Currently, engine can produce a checkpoint that includes arbitrary structure of files and directories. This presents few problems:

1. Metadata blocks need to refer to checkpoints by hash, but there is no standard approach to computing a hash of a directory. We would need to create a stable directory hashing algorithm ourselves and this complexity will spread to all implementations.

2. Allowing arbitrary file structures is also a security concern, e.g. need to make sure engines don't create weird symlinks.

3. When downloading a dataset from repository, many transfer protocols don't have a standard way to list a directory. One such example is HTTP - there is no standard content format for `GET` on a directory - most web servers will return a styled HTML. Similarly to how Git can clone a repo using the ["dumb protocol"](https://git-scm.com/book/en/v2/Git-Internals-Transfer-Protocols) we'd like to be able to walk and download entire dataset, and this means having a fixed directory structure and only referencing files.

## Guide-level explanation

## Reference-level explanation

Specification will be updated to no longer refer to checkpoints as opaque directories.

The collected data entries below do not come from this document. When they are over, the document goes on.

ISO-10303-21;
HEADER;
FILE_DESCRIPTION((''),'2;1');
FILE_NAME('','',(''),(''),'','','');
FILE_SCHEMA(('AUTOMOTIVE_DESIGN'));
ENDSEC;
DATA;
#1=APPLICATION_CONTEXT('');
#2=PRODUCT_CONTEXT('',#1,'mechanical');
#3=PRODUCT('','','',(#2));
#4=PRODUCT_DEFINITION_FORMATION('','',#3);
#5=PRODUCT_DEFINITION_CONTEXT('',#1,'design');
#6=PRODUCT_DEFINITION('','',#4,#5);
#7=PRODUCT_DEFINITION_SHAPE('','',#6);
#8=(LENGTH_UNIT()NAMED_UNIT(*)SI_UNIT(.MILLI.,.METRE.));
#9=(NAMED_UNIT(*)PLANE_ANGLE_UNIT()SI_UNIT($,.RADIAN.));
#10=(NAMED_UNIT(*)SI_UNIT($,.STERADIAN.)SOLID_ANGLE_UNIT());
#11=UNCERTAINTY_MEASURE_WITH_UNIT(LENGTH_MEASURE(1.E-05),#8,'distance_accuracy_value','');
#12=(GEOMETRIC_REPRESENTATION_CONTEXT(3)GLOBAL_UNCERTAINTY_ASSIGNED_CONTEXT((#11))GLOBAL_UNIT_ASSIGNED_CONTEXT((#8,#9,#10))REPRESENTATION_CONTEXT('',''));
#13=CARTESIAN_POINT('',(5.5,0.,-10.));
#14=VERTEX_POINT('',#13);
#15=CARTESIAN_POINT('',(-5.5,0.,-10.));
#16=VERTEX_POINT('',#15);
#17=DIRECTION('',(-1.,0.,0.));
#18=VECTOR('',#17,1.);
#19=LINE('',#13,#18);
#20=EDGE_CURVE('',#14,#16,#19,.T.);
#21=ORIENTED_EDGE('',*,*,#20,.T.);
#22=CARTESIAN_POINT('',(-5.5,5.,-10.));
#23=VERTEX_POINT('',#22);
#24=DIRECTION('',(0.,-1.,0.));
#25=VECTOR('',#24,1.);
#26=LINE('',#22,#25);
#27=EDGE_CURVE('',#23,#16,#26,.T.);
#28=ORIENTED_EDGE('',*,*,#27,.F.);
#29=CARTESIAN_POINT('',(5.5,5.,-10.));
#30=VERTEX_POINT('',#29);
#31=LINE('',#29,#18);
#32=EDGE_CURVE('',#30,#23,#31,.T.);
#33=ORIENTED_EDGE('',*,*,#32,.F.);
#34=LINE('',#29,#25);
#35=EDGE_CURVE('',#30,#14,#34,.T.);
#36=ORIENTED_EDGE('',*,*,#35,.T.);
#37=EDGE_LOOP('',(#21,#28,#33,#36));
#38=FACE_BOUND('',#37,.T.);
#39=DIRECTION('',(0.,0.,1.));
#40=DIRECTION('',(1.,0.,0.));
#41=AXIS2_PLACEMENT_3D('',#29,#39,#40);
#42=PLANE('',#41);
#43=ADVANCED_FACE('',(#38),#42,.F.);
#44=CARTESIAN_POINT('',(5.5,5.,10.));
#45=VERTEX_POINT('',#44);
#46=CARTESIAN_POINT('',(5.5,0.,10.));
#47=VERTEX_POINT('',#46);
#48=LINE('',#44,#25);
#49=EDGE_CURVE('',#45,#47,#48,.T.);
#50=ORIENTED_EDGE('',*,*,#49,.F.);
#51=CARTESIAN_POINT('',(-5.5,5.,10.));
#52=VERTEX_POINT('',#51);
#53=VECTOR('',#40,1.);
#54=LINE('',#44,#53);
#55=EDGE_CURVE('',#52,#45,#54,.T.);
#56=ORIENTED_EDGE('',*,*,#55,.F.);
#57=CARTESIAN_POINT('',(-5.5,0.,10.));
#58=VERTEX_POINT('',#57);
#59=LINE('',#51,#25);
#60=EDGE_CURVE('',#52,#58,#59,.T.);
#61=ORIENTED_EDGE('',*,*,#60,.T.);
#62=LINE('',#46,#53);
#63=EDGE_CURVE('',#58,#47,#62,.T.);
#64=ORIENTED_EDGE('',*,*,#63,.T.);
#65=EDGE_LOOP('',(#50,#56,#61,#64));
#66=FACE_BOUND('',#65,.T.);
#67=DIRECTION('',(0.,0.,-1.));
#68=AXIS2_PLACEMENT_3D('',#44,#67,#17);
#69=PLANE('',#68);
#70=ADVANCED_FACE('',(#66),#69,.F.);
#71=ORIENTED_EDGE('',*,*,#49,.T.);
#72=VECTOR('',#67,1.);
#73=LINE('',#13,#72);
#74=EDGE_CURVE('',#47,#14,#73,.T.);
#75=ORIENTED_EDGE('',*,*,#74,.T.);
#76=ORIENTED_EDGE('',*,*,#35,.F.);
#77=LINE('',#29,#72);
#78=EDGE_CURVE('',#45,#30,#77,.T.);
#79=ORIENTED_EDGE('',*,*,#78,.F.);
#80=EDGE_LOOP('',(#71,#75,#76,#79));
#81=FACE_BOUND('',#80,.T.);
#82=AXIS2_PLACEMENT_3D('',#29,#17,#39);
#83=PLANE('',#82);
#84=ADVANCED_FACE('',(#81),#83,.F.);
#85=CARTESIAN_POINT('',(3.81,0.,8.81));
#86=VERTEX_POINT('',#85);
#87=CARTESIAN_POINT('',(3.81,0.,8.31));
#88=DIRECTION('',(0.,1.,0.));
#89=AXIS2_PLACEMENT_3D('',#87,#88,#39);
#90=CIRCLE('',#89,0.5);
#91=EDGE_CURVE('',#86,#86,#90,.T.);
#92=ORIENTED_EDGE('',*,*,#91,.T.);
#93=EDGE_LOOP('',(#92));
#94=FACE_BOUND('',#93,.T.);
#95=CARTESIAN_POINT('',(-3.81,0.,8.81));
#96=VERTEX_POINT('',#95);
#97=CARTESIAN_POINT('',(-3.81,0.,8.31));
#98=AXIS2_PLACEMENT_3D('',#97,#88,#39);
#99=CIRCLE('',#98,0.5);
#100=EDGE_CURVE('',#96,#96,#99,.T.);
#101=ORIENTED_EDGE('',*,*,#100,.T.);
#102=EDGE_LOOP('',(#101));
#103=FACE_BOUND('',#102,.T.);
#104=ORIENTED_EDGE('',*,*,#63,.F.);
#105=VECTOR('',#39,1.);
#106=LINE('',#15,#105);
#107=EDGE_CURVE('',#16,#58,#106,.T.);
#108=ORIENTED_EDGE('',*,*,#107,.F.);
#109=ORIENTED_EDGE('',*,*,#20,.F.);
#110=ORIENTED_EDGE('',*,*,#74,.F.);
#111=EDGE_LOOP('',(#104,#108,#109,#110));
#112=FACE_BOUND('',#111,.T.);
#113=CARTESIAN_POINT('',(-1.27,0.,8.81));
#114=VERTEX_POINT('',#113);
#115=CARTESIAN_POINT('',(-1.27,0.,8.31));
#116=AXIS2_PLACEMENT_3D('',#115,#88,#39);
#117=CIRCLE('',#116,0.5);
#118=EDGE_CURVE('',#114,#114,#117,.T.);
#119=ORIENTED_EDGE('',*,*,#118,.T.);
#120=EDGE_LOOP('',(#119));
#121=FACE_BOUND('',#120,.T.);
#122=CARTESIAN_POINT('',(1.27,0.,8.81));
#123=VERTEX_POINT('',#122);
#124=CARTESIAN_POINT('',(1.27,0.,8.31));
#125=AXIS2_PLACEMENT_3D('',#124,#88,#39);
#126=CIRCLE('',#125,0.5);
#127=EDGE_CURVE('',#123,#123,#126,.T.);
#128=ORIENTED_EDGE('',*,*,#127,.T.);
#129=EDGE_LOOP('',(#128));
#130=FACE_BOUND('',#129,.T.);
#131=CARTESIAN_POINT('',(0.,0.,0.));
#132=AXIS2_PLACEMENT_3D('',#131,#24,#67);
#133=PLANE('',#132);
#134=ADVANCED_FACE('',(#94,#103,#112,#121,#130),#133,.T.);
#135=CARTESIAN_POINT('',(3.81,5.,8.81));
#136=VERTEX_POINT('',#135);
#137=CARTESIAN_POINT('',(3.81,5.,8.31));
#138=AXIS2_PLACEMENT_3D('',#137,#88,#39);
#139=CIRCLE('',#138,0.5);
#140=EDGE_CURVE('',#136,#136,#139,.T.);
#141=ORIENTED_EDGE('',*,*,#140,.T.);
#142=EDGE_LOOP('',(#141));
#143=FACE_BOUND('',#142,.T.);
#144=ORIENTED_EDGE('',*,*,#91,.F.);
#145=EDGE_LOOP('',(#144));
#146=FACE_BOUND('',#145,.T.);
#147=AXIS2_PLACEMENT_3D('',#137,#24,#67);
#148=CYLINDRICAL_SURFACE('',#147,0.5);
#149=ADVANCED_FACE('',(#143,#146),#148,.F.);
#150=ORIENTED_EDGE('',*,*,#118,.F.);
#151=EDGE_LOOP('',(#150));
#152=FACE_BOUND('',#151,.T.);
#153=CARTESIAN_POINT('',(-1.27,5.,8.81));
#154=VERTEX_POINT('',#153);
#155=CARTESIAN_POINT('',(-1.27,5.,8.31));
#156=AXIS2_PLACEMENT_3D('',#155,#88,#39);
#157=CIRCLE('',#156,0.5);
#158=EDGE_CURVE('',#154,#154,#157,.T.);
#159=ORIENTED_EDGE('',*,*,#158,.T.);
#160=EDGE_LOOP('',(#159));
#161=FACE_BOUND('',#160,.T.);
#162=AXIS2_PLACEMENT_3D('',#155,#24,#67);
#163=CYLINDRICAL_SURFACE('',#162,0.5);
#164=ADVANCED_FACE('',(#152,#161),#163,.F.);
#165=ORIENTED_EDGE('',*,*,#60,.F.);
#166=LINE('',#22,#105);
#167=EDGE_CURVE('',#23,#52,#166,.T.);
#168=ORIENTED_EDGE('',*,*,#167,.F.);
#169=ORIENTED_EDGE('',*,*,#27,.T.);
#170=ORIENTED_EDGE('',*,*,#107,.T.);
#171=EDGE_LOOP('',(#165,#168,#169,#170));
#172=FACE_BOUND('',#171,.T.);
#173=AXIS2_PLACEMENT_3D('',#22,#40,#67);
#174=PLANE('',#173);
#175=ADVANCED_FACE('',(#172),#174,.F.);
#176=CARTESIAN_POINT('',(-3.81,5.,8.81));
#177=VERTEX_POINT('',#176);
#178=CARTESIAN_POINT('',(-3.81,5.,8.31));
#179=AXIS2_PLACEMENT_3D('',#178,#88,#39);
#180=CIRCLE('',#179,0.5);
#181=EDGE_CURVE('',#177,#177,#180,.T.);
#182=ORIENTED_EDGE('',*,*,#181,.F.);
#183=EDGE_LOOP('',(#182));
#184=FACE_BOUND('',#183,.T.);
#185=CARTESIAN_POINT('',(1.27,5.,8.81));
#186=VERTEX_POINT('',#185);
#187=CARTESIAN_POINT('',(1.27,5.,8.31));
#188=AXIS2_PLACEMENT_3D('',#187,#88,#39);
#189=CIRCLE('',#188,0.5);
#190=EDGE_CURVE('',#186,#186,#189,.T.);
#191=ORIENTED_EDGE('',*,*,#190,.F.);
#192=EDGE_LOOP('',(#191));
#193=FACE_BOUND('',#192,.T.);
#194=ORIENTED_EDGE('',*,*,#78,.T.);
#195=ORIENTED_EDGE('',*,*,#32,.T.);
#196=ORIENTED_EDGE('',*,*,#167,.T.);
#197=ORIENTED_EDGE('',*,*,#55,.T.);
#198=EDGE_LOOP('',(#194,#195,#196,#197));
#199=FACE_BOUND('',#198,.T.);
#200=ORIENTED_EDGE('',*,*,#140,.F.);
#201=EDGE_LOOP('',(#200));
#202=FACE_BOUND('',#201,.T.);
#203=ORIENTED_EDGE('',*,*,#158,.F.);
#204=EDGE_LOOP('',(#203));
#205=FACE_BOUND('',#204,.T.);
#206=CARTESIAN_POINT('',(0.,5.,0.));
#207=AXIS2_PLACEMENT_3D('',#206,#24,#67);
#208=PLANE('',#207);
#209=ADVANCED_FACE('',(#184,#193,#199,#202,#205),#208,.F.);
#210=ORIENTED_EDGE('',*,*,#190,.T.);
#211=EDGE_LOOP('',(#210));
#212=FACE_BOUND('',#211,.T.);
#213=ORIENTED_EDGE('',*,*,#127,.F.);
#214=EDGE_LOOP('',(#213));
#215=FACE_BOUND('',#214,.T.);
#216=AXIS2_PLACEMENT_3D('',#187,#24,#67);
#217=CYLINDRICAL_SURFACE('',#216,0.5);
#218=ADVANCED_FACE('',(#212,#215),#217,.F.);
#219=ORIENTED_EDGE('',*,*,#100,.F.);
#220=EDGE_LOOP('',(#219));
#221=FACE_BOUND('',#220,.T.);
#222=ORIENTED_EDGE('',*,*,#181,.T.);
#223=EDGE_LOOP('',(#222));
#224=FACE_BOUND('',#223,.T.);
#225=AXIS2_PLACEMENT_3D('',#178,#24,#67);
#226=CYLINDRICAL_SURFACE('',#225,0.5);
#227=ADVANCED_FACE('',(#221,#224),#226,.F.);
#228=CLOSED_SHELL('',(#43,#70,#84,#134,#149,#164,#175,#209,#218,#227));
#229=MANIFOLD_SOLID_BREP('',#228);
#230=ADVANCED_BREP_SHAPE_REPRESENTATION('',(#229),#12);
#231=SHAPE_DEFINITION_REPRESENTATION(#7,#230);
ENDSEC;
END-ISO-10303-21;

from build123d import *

# Parameters (mm, degrees)
SKETCH1_W           = 11
SKETCH1_H           = 20
SKETCH1_R           = 0.5
BOSS_EXTRUDE1_DEPTH = 5


with BuildPart() as part:
    # Sketch1 → Boss-Extrude1 (new body)
    with BuildSketch(Plane(origin=(0, 0, 0), x_dir=(1, 0, 0), z_dir=(0, 1, 0))):
        Rectangle(SKETCH1_W, SKETCH1_H)
        with Locations(Location((-3.81, -8.31, 0), (0, 0, 270))):
            Circle(SKETCH1_R, mode=Mode.SUBTRACT)
        with Locations(Location((-1.27, -8.31, 0), (0, 0, 270))):
            Circle(SKETCH1_R, mode=Mode.SUBTRACT)
        with Locations(Location((1.27, -8.31, 0), (0, 0, 270))):
            Circle(SKETCH1_R, mode=Mode.SUBTRACT)
        with Locations(Location((3.81, -8.31, 0), (0, 0, 270))):
            Circle(SKETCH1_R, mode=Mode.SUBTRACT)
    extrude(amount=BOSS_EXTRUDE1_DEPTH)


solid = part.part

The temporary `ExecuteQueryRequest` schema that relies on file mounting will be updated.

## Drawbacks

* Engines that produce multiple files as checkpoints will need extra `tar` / `untar` steps

## Rationale and alternatives

* Since ODF implements its own content-addressable storage we could support "tree" structures in it just like git does. This would however come at a high cost in complexity and is not justified at the current stage.

## Prior art

* Git's bare repository format and  ["dumb sync protocol"](https://git-scm.com/book/en/v2/Git-Internals-Transfer-Protocols) don't rely on directory listing

## Unresolved questions

* What's the most efficient checkpoint management scheme for long-term solution?
  * Can it be mmap'ed files as in our goal for data slices?

## Future possibilities

* This is a necessary step for implementing a sync protocol for pulling datasets from IPFS and other storage systems that provide HTTP gateway.